# Help traffic not converting to sale



## tager01 (Jun 1, 2010)

Hi, I started selling t-shirts on my website 3 weeks ago. I sold around 10 tees the first week, two the second week, and two this week. I am getting traffic for sure since Google analytic show 100 of visits in average by week, just last week I had 344 visits on my website. The issue is that the traffic is not converting to sale. So I was wondering if am doing something wrong on my website or it`s my designs?

Thanks for your help!


----------



## shirtnewbie (May 24, 2011)

You should analyze what places your traffic is actually coming from and make adjustments accordingly. Maybe you are not targeting the correct audience that will buy your shirts.
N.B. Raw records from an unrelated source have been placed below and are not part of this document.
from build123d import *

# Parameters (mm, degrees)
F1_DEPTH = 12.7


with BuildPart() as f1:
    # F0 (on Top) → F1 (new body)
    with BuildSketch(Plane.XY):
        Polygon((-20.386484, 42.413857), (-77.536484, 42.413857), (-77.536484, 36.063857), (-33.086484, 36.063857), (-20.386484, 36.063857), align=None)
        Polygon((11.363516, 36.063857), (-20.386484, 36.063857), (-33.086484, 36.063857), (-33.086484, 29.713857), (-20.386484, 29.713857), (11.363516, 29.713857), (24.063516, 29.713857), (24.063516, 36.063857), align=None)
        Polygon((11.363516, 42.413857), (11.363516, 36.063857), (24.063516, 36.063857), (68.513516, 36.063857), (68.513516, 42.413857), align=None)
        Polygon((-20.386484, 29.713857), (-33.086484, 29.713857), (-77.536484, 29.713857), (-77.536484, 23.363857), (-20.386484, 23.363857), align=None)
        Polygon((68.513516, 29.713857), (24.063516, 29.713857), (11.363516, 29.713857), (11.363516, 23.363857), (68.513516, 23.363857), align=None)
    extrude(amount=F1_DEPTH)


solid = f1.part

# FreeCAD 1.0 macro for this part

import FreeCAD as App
import Part
import Sketcher
from FreeCAD import Vector
Q = App.Units.Quantity


def add_polygon(sketch, points):
    """Adds a closed chain of lines whose ends are joined by coincident constraints."""
    first, n = sketch.GeometryCount, len(points)
    for a, b in zip(points, points[1:] + points[:1]):
        sketch.addGeometry(Part.LineSegment(App.Vector(*a, 0), App.Vector(*b, 0)), False)
    for i in range(n):
        sketch.addConstraint(Sketcher.Constraint("Coincident", first + i, 2, first + (i + 1) % n, 1))

doc = App.newDocument("Part")
params = doc.addObject("Spreadsheet::Sheet", "Params")
for row, (alias, value) in enumerate([
    ("sketch1_width", "2.25 in"),
    ("sketch1_width2", "1.75 in"),
    ("sketch1_height", "0.25 in"),
    ("pad1_length", "0.5 in"),
], start=1):
    params.set(f"A{row}", alias)
    params.set(f"B{row}", "=" + value)
    params.setAlias(f"B{row}", alias)

body = doc.addObject("PartDesign::Body", "Body")

sketch1 = body.newObject("Sketcher::SketchObject", "Sketch")
sketch1.AttachmentSupport = (doc.getObject("XY_Plane"), [""])
sketch1.MapMode = "FlatFace"
add_polygon(sketch1, [(-20, 42), (-78, 42), (-78, 36), (-33, 36), (-33, 30), (-78, 30), (-78, 23), (-20, 23), (-20, 30), (11, 30), (11, 23), (69, 23), (69, 30), (24, 30), (24, 36), (69, 36), (69, 42), (11, 42), (11, 36), (-20, 36)])
sketch1.addConstraint([
    Sketcher.Constraint("Horizontal", 0),
    Sketcher.Constraint("Vertical", 1),
    Sketcher.Constraint("Horizontal", 2),
    Sketcher.Constraint("Vertical", 3),
    Sketcher.Constraint("Horizontal", 4),
    Sketcher.Constraint("Vertical", 5),
    Sketcher.Constraint("Horizontal", 6),
    Sketcher.Constraint("Vertical", 7),
    Sketcher.Constraint("Horizontal", 8),
    Sketcher.Constraint("Vertical", 9),
    Sketcher.Constraint("Horizontal", 10),
    Sketcher.Constraint("Vertical", 11),
    Sketcher.Constraint("Horizontal", 12),
    Sketcher.Constraint("Vertical", 13),
    Sketcher.Constraint("Horizontal", 14),
    Sketcher.Constraint("Vertical", 15),
    Sketcher.Constraint("Horizontal", 16),
    Sketcher.Constraint("Vertical", 17),
    Sketcher.Constraint("Horizontal", 18),
    Sketcher.Constraint("Vertical", 19),
    Sketcher.Constraint("Horizontal", 4, 2, 7, 2),
    Sketcher.Constraint("Horizontal", 6, 2, 9, 2),
    Sketcher.Constraint("Horizontal", 8, 2, 11, 2),
    Sketcher.Constraint("Horizontal", 2, 2, 13, 2),
    Sketcher.Constraint("Horizontal", 0, 2, 15, 2),
    Sketcher.Constraint("Horizontal", 14, 2, 17, 2),
    Sketcher.Constraint("Vertical", 1, 2, 4, 2),
    Sketcher.Constraint("Vertical", 11, 2, 14, 2),
    Sketcher.Constraint("Vertical", 9, 2, 16, 2),
    Sketcher.Constraint("Vertical", 7, 2, 18, 2),
    Sketcher.Constraint("Equal", 6, 10),
    Sketcher.Constraint("Equal", 4, 12),
    Sketcher.Constraint("Equal", 1, 3),
    Sketcher.Constraint("Equal", 3, 5),
    Sketcher.Constraint("DistanceX", 3, 2, 10, 2, Q("4 in")),
    Sketcher.Constraint("DistanceX", 0, 2, 0, 1, Q("2.25 in")),
    Sketcher.Constraint("DistanceX", 2, 1, 2, 2, Q("1.75 in")),
    Sketcher.Constraint("DistanceY", 1, 2, 1, 1, Q("0.25 in")),
    Sketcher.Constraint("DistanceX", 0, 2, -1, 1, Q("77.536484 mm")),
    Sketcher.Constraint("DistanceY", -1, 1, 0, 2, Q("42.413857 mm")),
])
sketch1.setExpression("Constraints[55]", "Params.sketch1_width")
sketch1.setExpression("Constraints[56]", "Params.sketch1_width2")
sketch1.setExpression("Constraints[57]", "Params.sketch1_height")
pad1 = body.newObject("PartDesign::Pad", "Pad")
pad1.Profile = sketch1
pad1.setExpression("Length", "Params.pad1_length")

doc.recompute()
The more things you try, the better chances one of them will work for you. Good luck to you


----------



## shirtnewbie (May 24, 2011)

O and cool shirts btw


----------



## proworlded (Oct 3, 2006)

The normal conversion rate is about 1.5 - 2%. Also, you are only offering a few designs and you are up against the giants like Cafe Press, Zazzle, and many others who offer thousands of designs.


----------



## tager01 (Jun 1, 2010)

shirtnewbie said:


> You should analyze what places your traffic is actually coming from and make adjustments accordingly. Maybe you are not targeting the correct audience that will buy your shirts. The more things you try, the better chances one of them will work for you. Good luck to you


Thanks, I will try to look into that!!!


----------



## NigelT (Jul 25, 2009)

We launched our site a couple months ago and saw a similar effect. I'm not sure what the exact solution is, but I think part of the issue is that people don't know who you are when starting out.

Thinking as a customer, if I come across a site with some cool tees but I don't know/trust the site/brand...it just doesn't even enter my mind to actually buy something. 

I’ll come up with a bunch of excuses not to, so our job is to remove those excuses.

Our approach has been to get out and get the name known first by making appearances at relevant events and selling in person. But then always directing people to the website. 

Coupled with that we're trying to get featured on relevant blogs online as a way to build a reputation and trust (and links) around the brand.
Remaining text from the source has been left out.